- _Work instructions_: Scan the records below for the line with "e22 v15 v15" and the line with "e40 v24 v29 LINE". Repeat those two lines and every line between them exactly, and nothing else.

- _Data for the task_:
::::::
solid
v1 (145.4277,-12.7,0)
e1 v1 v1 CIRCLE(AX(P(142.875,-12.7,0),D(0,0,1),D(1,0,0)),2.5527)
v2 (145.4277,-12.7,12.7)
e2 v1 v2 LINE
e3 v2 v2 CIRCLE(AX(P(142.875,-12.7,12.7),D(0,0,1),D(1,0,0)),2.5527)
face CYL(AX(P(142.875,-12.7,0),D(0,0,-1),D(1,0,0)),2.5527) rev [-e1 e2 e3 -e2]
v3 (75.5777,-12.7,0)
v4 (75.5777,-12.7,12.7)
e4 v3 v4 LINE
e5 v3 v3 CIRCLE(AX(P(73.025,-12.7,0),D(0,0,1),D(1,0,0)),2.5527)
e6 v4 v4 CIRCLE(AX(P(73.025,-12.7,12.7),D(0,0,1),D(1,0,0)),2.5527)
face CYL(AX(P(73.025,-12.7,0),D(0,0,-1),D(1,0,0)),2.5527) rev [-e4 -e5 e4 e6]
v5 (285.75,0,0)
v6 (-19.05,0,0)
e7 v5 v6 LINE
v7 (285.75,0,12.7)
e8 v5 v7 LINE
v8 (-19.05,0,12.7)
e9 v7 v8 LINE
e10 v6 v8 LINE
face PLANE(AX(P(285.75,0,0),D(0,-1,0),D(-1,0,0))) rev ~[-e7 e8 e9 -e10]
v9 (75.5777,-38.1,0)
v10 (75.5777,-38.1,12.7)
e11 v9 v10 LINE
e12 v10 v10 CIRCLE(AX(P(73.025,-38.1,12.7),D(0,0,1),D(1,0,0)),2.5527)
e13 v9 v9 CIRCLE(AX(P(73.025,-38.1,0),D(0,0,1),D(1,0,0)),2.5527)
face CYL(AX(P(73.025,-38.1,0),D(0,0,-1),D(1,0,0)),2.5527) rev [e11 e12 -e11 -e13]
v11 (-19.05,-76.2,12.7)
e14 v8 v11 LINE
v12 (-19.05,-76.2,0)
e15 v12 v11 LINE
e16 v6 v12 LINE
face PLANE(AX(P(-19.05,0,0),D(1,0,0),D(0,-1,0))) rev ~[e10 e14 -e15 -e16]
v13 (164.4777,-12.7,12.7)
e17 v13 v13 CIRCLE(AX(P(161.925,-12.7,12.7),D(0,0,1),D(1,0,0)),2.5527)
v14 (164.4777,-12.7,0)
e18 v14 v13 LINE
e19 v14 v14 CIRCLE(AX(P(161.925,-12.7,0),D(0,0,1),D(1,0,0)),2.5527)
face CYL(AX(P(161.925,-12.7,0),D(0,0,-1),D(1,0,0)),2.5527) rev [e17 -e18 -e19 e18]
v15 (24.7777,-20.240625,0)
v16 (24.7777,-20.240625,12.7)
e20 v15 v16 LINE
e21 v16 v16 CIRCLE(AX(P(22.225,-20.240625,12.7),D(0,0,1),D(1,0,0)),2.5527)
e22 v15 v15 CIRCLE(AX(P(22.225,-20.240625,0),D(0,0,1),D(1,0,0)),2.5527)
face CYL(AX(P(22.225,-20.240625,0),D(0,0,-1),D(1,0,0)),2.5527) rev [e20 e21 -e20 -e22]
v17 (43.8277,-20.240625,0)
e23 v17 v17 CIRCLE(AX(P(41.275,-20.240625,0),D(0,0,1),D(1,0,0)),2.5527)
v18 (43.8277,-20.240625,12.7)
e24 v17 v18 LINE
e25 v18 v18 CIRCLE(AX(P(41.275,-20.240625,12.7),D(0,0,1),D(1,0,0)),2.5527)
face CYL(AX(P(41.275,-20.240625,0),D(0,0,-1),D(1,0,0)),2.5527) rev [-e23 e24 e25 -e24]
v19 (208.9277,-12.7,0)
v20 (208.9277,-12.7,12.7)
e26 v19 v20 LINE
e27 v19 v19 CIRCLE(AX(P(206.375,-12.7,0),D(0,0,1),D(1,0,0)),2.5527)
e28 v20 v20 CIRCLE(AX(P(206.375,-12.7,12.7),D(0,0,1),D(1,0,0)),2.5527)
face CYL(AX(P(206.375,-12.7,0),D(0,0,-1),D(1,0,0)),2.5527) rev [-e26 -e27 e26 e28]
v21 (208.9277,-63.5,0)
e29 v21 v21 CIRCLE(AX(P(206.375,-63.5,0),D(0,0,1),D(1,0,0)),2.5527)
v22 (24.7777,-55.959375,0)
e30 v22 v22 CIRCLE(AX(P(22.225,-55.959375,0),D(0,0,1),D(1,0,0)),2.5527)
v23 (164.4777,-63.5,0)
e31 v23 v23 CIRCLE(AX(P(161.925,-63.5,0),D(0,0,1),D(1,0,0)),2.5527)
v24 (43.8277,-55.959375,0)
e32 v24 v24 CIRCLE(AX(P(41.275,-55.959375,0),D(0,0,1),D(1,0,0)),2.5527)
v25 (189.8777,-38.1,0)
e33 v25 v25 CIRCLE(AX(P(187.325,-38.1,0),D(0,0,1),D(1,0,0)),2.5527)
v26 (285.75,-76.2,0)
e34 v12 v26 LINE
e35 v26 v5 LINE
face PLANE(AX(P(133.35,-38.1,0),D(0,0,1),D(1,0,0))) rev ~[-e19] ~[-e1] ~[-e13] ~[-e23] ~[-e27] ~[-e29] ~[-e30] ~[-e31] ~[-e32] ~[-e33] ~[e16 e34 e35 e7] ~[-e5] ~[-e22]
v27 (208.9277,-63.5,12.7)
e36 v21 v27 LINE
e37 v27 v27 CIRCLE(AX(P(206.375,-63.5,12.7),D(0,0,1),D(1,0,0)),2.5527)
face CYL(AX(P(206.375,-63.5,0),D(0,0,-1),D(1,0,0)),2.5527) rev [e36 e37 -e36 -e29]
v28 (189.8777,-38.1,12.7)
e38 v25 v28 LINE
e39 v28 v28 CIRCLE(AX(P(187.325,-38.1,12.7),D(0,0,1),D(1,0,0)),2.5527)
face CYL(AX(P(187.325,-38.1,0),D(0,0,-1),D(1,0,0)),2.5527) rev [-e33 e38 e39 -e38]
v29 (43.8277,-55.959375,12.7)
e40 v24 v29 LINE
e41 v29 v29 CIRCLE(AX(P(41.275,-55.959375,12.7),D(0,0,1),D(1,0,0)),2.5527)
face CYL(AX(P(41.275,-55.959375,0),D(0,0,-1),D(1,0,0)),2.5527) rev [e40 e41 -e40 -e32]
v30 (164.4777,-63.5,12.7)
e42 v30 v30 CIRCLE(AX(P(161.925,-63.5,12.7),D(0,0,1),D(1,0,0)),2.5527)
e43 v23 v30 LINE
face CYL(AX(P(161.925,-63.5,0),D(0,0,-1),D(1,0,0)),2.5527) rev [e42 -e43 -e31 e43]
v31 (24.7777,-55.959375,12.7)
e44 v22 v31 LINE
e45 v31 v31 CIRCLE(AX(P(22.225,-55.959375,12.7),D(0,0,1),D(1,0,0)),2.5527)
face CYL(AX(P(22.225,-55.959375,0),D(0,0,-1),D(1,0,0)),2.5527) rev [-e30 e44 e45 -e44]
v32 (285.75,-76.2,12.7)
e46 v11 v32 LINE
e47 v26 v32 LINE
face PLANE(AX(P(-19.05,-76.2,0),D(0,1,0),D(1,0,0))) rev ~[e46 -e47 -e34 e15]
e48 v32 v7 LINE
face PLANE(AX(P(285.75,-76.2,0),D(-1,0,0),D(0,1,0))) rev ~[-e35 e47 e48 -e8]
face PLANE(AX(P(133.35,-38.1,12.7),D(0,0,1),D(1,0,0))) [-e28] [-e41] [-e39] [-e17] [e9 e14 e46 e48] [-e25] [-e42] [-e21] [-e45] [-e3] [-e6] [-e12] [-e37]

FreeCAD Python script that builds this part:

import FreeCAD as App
import Part
import Sketcher

V = App.Vector
Q = App.Units.Quantity


def add_polygon(sketch, points):
    """Adds a closed chain of lines whose ends are joined by coincident constraints."""
    first, n = sketch.GeometryCount, len(points)
    for a, b in zip(points, points[1:] + points[:1]):
        sketch.addGeometry(Part.LineSegment(App.Vector(*a, 0), App.Vector(*b, 0)), False)
    for i in range(n):
        sketch.addConstraint(Sketcher.Constraint("Coincident", first + i, 2, first + (i + 1) % n, 1))

doc = App.newDocument("Part")
body = doc.addObject("PartDesign::Body", "Body")

sketch1 = doc.addObject("Sketcher::SketchObject", "Sketch")
body.addObject(sketch1)
sketch1.AttachmentSupport = (doc.XY_Plane, [""])
sketch1.MapMode = "FlatFace"
add_polygon(sketch1, [(285.75, 0), (-19.05, 0), (-19.05, -76.2), (285.75, -76.2)])
sketch1.addGeometry(Part.Circle(V(22.225, -55.959375, 0), V(0, 0, 1), 2.5527), False)
sketch1.addGeometry(Part.Circle(V(41.275, -55.959375, 0), V(0, 0, 1), 2.5527), False)
sketch1.addGeometry(Part.Circle(V(73.025, -38.1, 0), V(0, 0, 1), 2.5527), False)
sketch1.addGeometry(Part.Circle(V(161.925, -63.5, 0), V(0, 0, 1), 2.5527), False)
sketch1.addGeometry(Part.Circle(V(206.375, -63.5, 0), V(0, 0, 1), 2.5527), False)
sketch1.addGeometry(Part.Circle(V(187.325, -38.1, 0), V(0, 0, 1), 2.5527), False)
sketch1.addGeometry(Part.Circle(V(22.225, -20.240625, 0), V(0, 0, 1), 2.5527), False)
sketch1.addGeometry(Part.Circle(V(41.275, -20.240625, 0), V(0, 0, 1), 2.5527), False)
sketch1.addGeometry(Part.Circle(V(73.025, -12.7, 0), V(0, 0, 1), 2.5527), False)
sketch1.addGeometry(Part.Circle(V(142.875, -12.7, 0), V(0, 0, 1), 2.5527), False)
sketch1.addGeometry(Part.Circle(V(161.925, -12.7, 0), V(0, 0, 1), 2.5527), False)
sketch1.addGeometry(Part.Circle(V(206.375, -12.7, 0), V(0, 0, 1), 2.5527), False)
sketch1.addConstraint(Sketcher.Constraint("Horizontal", 0))
sketch1.addConstraint(Sketcher.Constraint("Vertical", 1))
sketch1.addConstraint(Sketcher.Constraint("Horizontal", 2))
sketch1.addConstraint(Sketcher.Constraint("Vertical", 3))
sketch1.addConstraint(Sketcher.Constraint("Equal", 4, 5))
sketch1.addConstraint(Sketcher.Constraint("Equal", 5, 6))
sketch1.addConstraint(Sketcher.Constraint("Equal", 6, 7))
sketch1.addConstraint(Sketcher.Constraint("Equal", 7, 8))
sketch1.addConstraint(Sketcher.Constraint("Equal", 8, 9))
sketch1.addConstraint(Sketcher.Constraint("Equal", 9, 10))
sketch1.addConstraint(Sketcher.Constraint("Equal", 10, 11))
sketch1.addConstraint(Sketcher.Constraint("Equal", 11, 12))
sketch1.addConstraint(Sketcher.Constraint("Equal", 12, 13))
sketch1.addConstraint(Sketcher.Constraint("Equal", 13, 14))
sketch1.addConstraint(Sketcher.Constraint("Equal", 14, 15))
sketch1.addConstraint(Sketcher.Constraint("PointOnObject", 0, 2, -1))
sketch1.addConstraint(Sketcher.Constraint("Horizontal", 4, 3, 5, 3))
sketch1.addConstraint(Sketcher.Constraint("Horizontal", 7, 3, 8, 3))
sketch1.addConstraint(Sketcher.Constraint("Horizontal", 6, 3, 9, 3))
sketch1.addConstraint(Sketcher.Constraint("Horizontal", 10, 3, 11, 3))
sketch1.addConstraint(Sketcher.Constraint("Horizontal", 12, 3, 13, 3))
sketch1.addConstraint(Sketcher.Constraint("Horizontal", 13, 3, 14, 3))
sketch1.addConstraint(Sketcher.Constraint("Horizontal", 14, 3, 15, 3))
sketch1.addConstraint(Sketcher.Constraint("Vertical", 4, 3, 10, 3))
sketch1.addConstraint(Sketcher.Constraint("Vertical", 5, 3, 11, 3))
sketch1.addConstraint(Sketcher.Constraint("Vertical", 6, 3, 12, 3))
sketch1.addConstraint(Sketcher.Constraint("Vertical", 7, 3, 14, 3))
sketch1.addConstraint(Sketcher.Constraint("Vertical", 8, 3, 15, 3))
sketch1.addConstraint(Sketcher.Constraint("DistanceX", 0, 2, 0, 1, Q("12 in")))
sketch1.addConstraint(Sketcher.Constraint("DistanceY", 1, 2, 1, 1, Q("3 in")))
sketch1.addConstraint(Sketcher.Constraint("Diameter", 4, Q("0.201 in")))
sketch1.addConstraint(Sketcher.Constraint("DistanceX", 4, 3, 6, 3, Q("2 in")))
sketch1.addConstraint(Sketcher.Constraint("DistanceY", 7, 3, 6, 3, Q("1 in")))
sketch1.addConstraint(Sketcher.Constraint("DistanceX", 7, 3, 9, 3, Q("1 in")))
sketch1.addConstraint(Sketcher.Constraint("DistanceY", 6, 3, 12, 3, Q("1 in")))
sketch1.addConstraint(Sketcher.Constraint("DistanceY", 6, 3, -1, 1, Q("1.5 in")))
sketch1.addConstraint(Sketcher.Constraint("DistanceX", 6, 3, 7, 3, Q("3.5 in")))
sketch1.addConstraint(Sketcher.Constraint("DistanceX", 5, 3, 8, 3, Q("6.5 in")))
sketch1.addConstraint(Sketcher.Constraint("DistanceX", 13, 3, 8, 3, Q("2.5 in")))
sketch1.addConstraint(Sketcher.Constraint("DistanceX", 0, 2, -1, 1, Q("0.75 in")))
sketch1.addConstraint(Sketcher.Constraint("DistanceX", 4, 3, 5, 3, Q("0.75 in")))
sketch1.addConstraint(Sketcher.Constraint("DistanceX", -1, 1, 4, 3, Q("0.875 in")))
sketch1.addConstraint(Sketcher.Constraint("DistanceY", 4, 3, -1, 1, Q("2.203125 in")))
sketch1.addConstraint(Sketcher.Constraint("DistanceY", 10, 3, -1, 1, Q("0.796875 in")))
pad1 = doc.addObject("PartDesign::Pad", "Pad")
body.addObject(pad1)
pad1.Profile = sketch1
pad1.Length = Q("0.5 in")

doc.recompute()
::::::
- _Response to this task_:
e22 v15 v15 CIRCLE(AX(P(22.225,-20.240625,0),D(0,0,1),D(1,0,0)),2.5527)
face CYL(AX(P(22.225,-20.240625,0),D(0,0,-1),D(1,0,0)),2.5527) rev [e20 e21 -e20 -e22]
v17 (43.8277,-20.240625,0)
e23 v17 v17 CIRCLE(AX(P(41.275,-20.240625,0),D(0,0,1),D(1,0,0)),2.5527)
v18 (43.8277,-20.240625,12.7)
e24 v17 v18 LINE
e25 v18 v18 CIRCLE(AX(P(41.275,-20.240625,12.7),D(0,0,1),D(1,0,0)),2.5527)
face CYL(AX(P(41.275,-20.240625,0),D(0,0,-1),D(1,0,0)),2.5527) rev [-e23 e24 e25 -e24]
v19 (208.9277,-12.7,0)
v20 (208.9277,-12.7,12.7)
e26 v19 v20 LINE
e27 v19 v19 CIRCLE(AX(P(206.375,-12.7,0),D(0,0,1),D(1,0,0)),2.5527)
e28 v20 v20 CIRCLE(AX(P(206.375,-12.7,12.7),D(0,0,1),D(1,0,0)),2.5527)
face CYL(AX(P(206.375,-12.7,0),D(0,0,-1),D(1,0,0)),2.5527) rev [-e26 -e27 e26 e28]
v21 (208.9277,-63.5,0)
e29 v21 v21 CIRCLE(AX(P(206.375,-63.5,0),D(0,0,1),D(1,0,0)),2.5527)
v22 (24.7777,-55.959375,0)
e30 v22 v22 CIRCLE(AX(P(22.225,-55.959375,0),D(0,0,1),D(1,0,0)),2.5527)
v23 (164.4777,-63.5,0)
e31 v23 v23 CIRCLE(AX(P(161.925,-63.5,0),D(0,0,1),D(1,0,0)),2.5527)
v24 (43.8277,-55.959375,0)
e32 v24 v24 CIRCLE(AX(P(41.275,-55.959375,0),D(0,0,1),D(1,0,0)),2.5527)
v25 (189.8777,-38.1,0)
e33 v25 v25 CIRCLE(AX(P(187.325,-38.1,0),D(0,0,1),D(1,0,0)),2.5527)
v26 (285.75,-76.2,0)
e34 v12 v26 LINE
e35 v26 v5 LINE
face PLANE(AX(P(133.35,-38.1,0),D(0,0,1),D(1,0,0))) rev ~[-e19] ~[-e1] ~[-e13] ~[-e23] ~[-e27] ~[-e29] ~[-e30] ~[-e31] ~[-e32] ~[-e33] ~[e16 e34 e35 e7] ~[-e5] ~[-e22]
v27 (208.9277,-63.5,12.7)
e36 v21 v27 LINE
e37 v27 v27 CIRCLE(AX(P(206.375,-63.5,12.7),D(0,0,1),D(1,0,0)),2.5527)
face CYL(AX(P(206.375,-63.5,0),D(0,0,-1),D(1,0,0)),2.5527) rev [e36 e37 -e36 -e29]
v28 (189.8777,-38.1,12.7)
e38 v25 v28 LINE
e39 v28 v28 CIRCLE(AX(P(187.325,-38.1,12.7),D(0,0,1),D(1,0,0)),2.5527)
face CYL(AX(P(187.325,-38.1,0),D(0,0,-1),D(1,0,0)),2.5527) rev [-e33 e38 e39 -e38]
v29 (43.8277,-55.959375,12.7)
e40 v24 v29 LINE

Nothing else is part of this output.